YOUR ASSIGNMENT: Extract, from the listing that follows, each line containing the word "amount".

SUPPLIED MATERIAL:
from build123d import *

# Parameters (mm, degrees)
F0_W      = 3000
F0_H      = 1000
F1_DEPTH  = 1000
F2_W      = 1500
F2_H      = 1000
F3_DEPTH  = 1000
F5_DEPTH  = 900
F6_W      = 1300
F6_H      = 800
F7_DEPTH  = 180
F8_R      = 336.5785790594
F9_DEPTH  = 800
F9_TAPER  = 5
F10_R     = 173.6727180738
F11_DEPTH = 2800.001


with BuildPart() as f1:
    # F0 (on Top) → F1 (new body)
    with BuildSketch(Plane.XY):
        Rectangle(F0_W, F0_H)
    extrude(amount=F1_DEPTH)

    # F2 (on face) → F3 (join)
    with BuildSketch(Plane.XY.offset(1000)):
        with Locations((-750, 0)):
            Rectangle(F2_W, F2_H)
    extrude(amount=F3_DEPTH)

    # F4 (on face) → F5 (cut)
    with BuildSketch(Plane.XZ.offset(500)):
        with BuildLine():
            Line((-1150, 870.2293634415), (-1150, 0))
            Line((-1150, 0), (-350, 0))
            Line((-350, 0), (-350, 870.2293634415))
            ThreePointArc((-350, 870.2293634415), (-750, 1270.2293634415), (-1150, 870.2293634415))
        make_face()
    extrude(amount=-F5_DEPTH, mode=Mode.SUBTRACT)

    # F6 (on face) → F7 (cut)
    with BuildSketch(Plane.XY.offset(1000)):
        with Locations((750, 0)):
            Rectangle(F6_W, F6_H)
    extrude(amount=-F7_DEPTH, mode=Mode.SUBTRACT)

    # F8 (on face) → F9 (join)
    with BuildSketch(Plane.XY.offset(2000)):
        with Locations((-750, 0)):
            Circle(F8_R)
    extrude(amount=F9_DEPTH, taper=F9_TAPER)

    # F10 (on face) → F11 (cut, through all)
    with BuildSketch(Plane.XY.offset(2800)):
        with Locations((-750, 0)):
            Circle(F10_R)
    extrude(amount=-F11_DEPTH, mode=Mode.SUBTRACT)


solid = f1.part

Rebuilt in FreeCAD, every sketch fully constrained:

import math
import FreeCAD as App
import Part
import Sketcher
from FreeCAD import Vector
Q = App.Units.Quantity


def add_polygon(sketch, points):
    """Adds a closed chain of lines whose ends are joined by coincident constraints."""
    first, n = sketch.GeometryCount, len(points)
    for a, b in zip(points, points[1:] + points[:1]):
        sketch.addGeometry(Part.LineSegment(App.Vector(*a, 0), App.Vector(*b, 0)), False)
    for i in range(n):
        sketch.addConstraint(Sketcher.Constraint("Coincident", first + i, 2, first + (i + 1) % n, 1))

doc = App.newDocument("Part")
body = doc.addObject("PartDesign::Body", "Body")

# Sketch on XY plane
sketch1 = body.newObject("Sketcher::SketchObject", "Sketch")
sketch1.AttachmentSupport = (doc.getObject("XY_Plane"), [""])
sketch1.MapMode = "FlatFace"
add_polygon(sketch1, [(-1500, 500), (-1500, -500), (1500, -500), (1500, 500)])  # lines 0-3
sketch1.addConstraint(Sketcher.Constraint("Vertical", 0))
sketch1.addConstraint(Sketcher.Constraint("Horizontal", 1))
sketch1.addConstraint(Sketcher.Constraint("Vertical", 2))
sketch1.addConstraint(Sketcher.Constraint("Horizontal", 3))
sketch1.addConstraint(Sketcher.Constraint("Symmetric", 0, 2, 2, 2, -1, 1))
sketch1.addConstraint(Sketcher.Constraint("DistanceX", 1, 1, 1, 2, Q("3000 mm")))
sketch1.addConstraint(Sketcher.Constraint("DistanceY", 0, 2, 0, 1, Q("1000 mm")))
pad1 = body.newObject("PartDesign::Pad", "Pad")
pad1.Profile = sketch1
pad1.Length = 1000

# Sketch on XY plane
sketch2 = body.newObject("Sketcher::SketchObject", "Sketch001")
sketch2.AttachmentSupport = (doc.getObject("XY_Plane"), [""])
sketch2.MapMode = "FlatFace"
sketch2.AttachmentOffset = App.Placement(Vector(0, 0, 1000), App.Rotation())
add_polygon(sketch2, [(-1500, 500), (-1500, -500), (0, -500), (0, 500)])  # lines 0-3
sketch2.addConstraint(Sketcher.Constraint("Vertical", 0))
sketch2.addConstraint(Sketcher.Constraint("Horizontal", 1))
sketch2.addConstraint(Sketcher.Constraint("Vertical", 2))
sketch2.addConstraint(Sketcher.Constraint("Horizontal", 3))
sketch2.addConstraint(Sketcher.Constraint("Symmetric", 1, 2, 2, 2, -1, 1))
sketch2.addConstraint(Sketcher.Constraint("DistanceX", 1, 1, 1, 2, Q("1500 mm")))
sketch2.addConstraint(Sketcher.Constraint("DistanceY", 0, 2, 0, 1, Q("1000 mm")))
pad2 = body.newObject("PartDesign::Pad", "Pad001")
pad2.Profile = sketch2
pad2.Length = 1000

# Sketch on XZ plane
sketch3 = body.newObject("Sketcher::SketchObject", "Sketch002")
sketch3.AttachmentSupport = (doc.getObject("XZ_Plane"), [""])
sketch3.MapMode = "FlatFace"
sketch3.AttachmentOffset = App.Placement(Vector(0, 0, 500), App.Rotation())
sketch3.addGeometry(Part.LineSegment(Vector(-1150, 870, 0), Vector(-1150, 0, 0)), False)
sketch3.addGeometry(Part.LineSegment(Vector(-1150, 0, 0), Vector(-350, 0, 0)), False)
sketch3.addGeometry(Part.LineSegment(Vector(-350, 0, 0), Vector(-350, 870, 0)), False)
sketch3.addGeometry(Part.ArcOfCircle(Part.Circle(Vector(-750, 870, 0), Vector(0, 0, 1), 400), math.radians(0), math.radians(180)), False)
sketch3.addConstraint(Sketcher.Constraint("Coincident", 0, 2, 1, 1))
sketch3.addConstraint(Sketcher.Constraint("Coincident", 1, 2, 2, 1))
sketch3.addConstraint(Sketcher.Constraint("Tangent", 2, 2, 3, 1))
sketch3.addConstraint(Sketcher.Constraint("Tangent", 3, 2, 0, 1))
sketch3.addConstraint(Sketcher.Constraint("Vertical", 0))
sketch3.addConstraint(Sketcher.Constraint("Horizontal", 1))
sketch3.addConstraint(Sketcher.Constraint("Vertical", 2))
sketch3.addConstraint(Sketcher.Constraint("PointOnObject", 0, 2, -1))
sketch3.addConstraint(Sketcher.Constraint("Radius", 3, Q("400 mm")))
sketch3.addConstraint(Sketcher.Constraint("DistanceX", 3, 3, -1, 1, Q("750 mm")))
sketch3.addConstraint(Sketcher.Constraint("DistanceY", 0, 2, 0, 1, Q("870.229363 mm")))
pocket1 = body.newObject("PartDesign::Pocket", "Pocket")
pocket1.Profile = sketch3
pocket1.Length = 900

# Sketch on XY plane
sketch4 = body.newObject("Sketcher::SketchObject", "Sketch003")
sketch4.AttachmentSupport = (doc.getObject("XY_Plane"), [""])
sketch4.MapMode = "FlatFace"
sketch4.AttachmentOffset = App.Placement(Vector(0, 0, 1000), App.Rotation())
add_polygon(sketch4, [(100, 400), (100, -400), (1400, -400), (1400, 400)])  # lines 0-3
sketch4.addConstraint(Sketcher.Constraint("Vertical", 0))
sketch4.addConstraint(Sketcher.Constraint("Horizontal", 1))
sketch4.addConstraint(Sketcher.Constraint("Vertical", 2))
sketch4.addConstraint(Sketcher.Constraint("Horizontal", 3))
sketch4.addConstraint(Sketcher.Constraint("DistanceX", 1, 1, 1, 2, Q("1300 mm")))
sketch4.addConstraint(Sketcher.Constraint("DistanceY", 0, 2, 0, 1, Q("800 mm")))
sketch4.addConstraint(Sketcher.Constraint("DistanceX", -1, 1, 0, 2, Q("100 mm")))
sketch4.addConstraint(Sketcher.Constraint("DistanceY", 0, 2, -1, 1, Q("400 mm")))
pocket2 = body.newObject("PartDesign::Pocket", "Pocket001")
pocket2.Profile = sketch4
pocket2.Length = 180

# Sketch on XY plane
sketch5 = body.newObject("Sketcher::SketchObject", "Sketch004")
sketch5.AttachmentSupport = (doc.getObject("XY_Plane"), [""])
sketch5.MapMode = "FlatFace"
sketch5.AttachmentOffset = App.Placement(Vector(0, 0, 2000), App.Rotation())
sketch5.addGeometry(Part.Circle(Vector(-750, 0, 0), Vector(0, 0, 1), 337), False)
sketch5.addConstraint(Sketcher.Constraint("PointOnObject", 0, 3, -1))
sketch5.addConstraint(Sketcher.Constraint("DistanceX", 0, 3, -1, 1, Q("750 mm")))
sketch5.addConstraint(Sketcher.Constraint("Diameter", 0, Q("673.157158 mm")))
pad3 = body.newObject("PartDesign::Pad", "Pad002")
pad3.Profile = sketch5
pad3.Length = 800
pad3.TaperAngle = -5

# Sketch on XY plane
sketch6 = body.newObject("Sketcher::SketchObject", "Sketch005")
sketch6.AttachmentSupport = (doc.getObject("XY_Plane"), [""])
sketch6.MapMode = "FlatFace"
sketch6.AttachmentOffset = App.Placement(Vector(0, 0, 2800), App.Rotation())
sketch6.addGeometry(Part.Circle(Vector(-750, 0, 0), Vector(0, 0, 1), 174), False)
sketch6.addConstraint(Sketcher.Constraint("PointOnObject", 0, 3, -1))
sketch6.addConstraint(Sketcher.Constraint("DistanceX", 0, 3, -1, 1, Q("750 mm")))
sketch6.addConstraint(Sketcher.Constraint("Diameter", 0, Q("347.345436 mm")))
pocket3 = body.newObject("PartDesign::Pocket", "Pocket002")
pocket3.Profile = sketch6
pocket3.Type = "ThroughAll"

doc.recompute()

WRITTEN RESPONSE:
    extrude(amount=F1_DEPTH)
    extrude(amount=F3_DEPTH)
    extrude(amount=-F5_DEPTH, mode=Mode.SUBTRACT)
    extrude(amount=-F7_DEPTH, mode=Mode.SUBTRACT)
    extrude(amount=F9_DEPTH, taper=F9_TAPER)
    extrude(amount=-F11_DEPTH, mode=Mode.SUBTRACT)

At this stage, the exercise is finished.